### The task
Which lines of the material hold the word "margin"? Copy each one.
---*---
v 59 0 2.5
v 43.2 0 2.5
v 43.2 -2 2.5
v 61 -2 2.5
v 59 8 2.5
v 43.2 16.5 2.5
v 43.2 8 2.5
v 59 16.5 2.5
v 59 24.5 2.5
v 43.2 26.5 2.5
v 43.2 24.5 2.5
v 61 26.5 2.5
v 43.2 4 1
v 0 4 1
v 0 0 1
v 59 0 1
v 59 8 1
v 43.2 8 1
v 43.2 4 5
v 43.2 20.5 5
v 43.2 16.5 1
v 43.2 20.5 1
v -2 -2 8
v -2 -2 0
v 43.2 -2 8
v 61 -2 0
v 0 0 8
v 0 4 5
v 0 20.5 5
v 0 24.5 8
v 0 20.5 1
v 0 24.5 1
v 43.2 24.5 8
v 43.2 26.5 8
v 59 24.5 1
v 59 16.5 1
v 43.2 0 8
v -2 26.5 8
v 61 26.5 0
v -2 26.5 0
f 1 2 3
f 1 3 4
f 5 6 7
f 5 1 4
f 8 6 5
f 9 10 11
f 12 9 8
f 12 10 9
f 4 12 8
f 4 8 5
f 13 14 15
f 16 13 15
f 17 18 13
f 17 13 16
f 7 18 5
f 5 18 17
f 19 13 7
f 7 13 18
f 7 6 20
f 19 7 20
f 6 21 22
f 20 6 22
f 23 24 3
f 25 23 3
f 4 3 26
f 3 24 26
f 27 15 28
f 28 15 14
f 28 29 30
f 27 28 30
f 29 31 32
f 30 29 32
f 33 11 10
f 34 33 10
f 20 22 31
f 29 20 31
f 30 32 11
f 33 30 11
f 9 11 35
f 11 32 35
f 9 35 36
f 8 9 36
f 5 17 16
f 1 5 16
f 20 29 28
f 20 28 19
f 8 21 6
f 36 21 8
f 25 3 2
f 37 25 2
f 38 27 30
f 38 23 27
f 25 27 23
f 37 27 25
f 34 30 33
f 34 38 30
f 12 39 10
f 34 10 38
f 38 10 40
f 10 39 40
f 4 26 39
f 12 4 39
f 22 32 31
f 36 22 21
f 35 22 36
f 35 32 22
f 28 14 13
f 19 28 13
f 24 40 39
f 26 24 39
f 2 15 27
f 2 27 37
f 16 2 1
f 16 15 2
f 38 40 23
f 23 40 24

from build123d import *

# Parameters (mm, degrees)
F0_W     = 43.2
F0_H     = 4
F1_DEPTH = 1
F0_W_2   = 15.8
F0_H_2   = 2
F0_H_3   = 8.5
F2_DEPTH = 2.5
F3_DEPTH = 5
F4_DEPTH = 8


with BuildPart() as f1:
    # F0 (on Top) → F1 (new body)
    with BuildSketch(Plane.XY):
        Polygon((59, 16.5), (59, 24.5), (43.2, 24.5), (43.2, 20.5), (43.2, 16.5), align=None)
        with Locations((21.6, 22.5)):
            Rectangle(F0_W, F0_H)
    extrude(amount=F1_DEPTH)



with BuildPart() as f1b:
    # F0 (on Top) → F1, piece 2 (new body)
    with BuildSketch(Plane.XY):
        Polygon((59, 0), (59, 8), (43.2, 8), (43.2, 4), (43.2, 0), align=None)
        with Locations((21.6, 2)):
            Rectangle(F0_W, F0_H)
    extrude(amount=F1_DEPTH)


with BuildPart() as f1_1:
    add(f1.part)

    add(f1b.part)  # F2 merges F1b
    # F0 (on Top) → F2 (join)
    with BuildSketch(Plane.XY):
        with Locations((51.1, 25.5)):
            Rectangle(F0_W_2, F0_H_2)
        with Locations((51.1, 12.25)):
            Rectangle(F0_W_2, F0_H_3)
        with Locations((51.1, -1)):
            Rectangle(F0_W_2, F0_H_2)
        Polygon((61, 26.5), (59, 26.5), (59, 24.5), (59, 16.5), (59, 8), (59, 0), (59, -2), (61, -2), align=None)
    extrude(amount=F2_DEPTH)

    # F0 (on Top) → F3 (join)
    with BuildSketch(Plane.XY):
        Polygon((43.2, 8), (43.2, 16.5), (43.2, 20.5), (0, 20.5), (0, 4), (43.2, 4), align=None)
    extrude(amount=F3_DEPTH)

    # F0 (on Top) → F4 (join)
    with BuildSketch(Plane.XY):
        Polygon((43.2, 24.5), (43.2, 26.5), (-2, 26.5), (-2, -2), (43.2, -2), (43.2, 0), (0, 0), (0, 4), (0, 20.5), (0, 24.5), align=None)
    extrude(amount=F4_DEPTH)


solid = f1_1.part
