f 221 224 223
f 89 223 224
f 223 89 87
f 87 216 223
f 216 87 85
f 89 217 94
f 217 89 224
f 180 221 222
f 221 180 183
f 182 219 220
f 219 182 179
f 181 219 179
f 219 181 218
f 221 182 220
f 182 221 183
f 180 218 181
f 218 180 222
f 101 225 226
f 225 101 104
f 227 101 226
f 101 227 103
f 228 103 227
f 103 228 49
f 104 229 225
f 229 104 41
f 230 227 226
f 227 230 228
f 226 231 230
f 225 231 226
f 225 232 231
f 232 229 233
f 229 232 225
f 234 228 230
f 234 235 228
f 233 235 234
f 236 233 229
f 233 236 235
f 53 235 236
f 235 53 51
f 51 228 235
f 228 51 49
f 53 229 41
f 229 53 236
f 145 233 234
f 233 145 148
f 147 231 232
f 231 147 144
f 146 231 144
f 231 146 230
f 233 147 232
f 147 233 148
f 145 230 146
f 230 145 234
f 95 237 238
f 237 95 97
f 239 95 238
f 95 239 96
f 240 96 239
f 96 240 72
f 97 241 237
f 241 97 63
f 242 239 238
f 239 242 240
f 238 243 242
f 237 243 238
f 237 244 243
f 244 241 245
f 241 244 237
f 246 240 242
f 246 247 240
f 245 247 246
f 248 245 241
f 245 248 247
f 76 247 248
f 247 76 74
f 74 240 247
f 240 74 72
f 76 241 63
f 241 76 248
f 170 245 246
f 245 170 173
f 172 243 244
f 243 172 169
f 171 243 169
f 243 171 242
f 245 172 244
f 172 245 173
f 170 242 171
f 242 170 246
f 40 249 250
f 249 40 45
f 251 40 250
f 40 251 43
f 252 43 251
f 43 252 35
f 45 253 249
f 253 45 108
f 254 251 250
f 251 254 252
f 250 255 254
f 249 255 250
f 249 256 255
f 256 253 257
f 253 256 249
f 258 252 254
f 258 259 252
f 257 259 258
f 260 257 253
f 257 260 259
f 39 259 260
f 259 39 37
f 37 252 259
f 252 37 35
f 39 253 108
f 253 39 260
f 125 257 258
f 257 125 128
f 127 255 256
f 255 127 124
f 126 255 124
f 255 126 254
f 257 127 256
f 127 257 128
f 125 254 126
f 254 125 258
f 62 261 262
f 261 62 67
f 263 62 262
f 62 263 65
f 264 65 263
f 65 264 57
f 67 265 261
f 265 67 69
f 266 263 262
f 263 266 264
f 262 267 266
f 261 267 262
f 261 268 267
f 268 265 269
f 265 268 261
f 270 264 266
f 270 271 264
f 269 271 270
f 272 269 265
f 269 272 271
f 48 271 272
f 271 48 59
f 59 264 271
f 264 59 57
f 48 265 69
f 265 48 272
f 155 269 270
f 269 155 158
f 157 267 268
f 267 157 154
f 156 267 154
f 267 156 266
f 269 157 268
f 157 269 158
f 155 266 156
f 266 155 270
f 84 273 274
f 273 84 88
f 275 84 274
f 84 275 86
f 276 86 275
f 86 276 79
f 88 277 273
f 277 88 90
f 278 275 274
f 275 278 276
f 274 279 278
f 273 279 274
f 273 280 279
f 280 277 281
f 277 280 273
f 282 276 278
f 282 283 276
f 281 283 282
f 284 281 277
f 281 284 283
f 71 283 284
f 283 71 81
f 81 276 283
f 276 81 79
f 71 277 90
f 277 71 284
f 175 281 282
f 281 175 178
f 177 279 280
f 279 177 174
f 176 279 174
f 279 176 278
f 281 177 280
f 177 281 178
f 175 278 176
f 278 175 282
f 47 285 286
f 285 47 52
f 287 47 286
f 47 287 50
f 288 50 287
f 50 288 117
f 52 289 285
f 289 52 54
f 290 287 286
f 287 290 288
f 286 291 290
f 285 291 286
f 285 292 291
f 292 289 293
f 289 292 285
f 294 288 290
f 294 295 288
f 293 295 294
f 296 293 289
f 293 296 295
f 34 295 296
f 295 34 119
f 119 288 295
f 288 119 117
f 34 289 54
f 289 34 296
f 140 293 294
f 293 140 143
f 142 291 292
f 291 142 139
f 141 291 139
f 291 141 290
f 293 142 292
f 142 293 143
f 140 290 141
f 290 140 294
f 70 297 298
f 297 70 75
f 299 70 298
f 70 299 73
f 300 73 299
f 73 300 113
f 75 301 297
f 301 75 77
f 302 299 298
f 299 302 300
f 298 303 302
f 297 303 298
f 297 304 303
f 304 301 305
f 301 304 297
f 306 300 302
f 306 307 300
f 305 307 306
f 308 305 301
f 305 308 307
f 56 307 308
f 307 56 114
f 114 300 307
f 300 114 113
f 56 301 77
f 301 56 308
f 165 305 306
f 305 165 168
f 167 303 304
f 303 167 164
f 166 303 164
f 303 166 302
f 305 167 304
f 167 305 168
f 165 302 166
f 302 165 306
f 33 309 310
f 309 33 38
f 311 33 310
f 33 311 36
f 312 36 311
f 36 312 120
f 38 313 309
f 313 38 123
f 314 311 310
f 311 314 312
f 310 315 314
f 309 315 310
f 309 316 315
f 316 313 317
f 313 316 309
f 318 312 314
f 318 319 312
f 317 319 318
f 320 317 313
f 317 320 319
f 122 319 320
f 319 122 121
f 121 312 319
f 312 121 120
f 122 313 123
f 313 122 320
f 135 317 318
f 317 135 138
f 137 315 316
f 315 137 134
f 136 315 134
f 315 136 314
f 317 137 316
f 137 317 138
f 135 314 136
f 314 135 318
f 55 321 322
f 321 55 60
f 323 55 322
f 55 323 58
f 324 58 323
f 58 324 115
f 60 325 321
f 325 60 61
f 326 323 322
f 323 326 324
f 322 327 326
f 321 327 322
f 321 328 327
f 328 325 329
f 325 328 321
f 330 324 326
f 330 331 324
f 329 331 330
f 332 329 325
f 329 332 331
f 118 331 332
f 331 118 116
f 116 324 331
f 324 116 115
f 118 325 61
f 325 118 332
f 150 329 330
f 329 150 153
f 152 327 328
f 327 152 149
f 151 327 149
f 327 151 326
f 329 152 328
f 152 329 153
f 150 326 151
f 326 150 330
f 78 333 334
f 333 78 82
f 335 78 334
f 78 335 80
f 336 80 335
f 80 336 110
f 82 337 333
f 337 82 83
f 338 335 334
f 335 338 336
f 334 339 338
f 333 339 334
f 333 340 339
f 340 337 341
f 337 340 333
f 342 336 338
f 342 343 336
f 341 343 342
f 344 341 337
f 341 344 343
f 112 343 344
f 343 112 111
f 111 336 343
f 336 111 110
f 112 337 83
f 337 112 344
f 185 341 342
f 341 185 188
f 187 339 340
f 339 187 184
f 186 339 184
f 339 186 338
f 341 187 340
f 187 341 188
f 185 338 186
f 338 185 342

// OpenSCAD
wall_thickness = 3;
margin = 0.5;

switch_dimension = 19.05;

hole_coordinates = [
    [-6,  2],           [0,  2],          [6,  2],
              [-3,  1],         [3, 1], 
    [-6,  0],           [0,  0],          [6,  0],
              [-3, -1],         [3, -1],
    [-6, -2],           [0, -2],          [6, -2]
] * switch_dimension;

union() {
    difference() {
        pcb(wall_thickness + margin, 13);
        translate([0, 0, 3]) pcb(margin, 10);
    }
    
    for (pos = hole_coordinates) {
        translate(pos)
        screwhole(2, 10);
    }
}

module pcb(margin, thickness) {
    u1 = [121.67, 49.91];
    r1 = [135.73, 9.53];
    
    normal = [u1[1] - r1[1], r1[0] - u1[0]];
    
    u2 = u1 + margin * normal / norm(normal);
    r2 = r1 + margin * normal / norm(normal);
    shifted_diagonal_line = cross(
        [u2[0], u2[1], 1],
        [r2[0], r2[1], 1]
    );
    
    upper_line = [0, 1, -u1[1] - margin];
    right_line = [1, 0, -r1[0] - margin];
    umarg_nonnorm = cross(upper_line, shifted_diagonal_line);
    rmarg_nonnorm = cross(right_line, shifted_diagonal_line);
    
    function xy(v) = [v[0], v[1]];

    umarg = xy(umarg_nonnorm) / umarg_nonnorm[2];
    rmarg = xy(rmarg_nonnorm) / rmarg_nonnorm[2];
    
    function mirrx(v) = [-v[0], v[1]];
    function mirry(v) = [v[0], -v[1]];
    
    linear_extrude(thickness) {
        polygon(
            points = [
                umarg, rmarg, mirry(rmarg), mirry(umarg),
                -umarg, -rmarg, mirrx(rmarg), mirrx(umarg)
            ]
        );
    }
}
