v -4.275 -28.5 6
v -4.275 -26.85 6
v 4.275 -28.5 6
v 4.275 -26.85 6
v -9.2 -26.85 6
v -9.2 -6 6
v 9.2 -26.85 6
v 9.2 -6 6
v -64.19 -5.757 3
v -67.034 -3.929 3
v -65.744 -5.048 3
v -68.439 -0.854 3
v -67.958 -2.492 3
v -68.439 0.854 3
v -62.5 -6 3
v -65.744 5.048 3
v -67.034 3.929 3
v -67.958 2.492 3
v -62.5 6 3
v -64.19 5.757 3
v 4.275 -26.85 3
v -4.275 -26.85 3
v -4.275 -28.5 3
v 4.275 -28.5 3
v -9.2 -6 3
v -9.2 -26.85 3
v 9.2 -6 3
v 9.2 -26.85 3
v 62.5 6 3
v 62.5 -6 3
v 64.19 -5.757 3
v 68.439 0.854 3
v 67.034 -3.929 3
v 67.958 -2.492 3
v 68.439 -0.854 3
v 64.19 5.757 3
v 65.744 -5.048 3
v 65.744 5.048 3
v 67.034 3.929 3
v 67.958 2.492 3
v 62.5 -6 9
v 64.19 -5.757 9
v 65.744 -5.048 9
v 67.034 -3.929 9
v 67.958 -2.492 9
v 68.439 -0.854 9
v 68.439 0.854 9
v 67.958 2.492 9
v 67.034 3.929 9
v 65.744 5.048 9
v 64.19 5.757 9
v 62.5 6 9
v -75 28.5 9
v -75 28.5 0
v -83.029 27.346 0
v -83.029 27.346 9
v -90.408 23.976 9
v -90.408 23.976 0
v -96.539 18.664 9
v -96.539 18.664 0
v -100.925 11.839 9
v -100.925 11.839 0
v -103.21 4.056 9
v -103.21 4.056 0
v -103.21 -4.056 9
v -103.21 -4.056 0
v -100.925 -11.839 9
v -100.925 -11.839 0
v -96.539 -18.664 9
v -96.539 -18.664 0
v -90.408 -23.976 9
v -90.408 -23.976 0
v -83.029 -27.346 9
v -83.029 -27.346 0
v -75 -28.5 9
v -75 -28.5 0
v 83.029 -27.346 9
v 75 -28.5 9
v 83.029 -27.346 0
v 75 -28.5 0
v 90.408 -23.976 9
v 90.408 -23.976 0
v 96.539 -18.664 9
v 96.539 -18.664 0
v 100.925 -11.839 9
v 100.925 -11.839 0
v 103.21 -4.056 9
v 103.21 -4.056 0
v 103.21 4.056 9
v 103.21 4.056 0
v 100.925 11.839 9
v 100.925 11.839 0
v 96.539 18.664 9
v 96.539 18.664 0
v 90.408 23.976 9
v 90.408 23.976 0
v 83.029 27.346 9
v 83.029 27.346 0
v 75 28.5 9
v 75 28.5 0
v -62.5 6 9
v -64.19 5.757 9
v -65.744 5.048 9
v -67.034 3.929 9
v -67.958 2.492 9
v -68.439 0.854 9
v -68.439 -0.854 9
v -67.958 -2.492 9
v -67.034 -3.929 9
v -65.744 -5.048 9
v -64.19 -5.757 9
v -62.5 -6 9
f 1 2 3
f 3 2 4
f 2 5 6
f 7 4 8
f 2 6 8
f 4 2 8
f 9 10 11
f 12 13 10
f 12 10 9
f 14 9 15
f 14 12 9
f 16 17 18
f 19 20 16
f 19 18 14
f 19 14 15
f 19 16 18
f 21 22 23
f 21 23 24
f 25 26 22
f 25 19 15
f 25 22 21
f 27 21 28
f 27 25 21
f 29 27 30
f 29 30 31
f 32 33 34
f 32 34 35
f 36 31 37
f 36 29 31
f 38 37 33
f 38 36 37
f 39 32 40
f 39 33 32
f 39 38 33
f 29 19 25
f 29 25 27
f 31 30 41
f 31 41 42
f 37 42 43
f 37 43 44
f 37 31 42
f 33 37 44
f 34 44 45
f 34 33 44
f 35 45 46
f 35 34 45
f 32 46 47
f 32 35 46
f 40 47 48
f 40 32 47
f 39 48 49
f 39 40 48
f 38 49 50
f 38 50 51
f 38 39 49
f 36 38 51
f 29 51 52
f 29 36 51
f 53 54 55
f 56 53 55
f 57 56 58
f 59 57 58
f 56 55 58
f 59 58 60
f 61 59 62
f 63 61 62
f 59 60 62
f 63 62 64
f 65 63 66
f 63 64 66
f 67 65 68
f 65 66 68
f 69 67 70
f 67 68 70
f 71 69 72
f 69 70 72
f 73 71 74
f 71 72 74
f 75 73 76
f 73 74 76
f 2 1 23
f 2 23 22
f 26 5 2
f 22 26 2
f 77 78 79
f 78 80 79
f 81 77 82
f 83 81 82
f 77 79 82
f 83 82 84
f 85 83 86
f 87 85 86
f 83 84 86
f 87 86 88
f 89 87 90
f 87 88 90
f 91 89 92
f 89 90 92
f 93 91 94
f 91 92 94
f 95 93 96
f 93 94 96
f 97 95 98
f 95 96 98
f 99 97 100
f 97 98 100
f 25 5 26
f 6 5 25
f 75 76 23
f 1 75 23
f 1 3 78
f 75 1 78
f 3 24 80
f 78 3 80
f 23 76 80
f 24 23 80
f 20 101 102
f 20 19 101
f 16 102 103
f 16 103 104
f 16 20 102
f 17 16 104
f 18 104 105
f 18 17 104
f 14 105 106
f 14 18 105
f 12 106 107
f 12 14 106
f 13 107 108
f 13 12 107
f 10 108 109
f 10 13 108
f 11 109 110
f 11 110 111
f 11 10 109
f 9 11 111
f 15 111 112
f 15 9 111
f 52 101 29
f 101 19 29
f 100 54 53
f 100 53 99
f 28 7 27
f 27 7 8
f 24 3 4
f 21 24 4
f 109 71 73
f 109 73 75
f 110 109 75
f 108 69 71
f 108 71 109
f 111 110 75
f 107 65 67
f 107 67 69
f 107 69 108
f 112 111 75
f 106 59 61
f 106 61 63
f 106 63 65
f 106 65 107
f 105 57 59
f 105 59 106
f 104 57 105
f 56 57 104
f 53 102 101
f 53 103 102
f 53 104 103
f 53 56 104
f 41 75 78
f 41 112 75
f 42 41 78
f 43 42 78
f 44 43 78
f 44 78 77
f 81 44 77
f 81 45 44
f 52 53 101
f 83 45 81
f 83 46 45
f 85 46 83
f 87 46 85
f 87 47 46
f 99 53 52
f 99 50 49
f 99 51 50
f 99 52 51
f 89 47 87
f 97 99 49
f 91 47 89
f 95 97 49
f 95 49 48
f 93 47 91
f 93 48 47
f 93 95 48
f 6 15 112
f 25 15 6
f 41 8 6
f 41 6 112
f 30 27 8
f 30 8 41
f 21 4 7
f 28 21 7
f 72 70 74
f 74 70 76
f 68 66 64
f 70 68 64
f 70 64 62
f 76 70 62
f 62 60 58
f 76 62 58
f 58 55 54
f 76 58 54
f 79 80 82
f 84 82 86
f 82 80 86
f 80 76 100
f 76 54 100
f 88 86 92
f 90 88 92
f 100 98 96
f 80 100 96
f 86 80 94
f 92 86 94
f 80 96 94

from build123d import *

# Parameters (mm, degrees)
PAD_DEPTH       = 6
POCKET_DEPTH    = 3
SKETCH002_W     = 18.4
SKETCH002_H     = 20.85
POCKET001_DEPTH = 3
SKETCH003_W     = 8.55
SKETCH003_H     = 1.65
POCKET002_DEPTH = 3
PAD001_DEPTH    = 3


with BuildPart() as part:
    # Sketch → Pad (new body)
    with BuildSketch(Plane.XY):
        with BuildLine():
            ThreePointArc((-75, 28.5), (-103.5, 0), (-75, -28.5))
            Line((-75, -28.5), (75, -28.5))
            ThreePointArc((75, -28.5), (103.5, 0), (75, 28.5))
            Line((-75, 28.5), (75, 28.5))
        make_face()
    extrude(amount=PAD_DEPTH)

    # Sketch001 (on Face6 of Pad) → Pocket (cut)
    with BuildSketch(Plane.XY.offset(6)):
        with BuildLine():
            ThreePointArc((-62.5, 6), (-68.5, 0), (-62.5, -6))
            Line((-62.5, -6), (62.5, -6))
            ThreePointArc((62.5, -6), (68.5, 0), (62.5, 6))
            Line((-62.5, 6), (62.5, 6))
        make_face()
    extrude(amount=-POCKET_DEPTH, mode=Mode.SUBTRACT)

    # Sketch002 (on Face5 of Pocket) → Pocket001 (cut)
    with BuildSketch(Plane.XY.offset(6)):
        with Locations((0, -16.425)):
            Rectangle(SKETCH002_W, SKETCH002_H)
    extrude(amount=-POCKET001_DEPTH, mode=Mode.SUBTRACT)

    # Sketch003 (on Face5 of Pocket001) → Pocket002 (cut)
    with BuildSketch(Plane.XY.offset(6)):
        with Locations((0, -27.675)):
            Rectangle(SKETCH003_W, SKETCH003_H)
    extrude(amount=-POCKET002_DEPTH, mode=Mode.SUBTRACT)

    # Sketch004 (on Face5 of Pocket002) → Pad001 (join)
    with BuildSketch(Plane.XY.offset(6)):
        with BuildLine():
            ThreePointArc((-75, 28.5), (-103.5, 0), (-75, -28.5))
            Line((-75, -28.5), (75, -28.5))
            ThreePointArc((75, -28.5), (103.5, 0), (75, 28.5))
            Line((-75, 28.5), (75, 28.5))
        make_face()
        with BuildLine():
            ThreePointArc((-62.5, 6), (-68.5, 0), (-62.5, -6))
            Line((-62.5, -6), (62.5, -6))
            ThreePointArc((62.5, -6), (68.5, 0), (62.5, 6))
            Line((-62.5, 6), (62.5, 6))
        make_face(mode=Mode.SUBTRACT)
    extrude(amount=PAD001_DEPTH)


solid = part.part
---*---
### Finished task
margin = 0.5;
        pcb(wall_thickness + margin, 13);
        translate([0, 0, 3]) pcb(margin, 10);
module pcb(margin, thickness) {
    u2 = u1 + margin * normal / norm(normal);
    r2 = r1 + margin * normal / norm(normal);
    upper_line = [0, 1, -u1[1] - margin];
    right_line = [1, 0, -r1[0] - margin];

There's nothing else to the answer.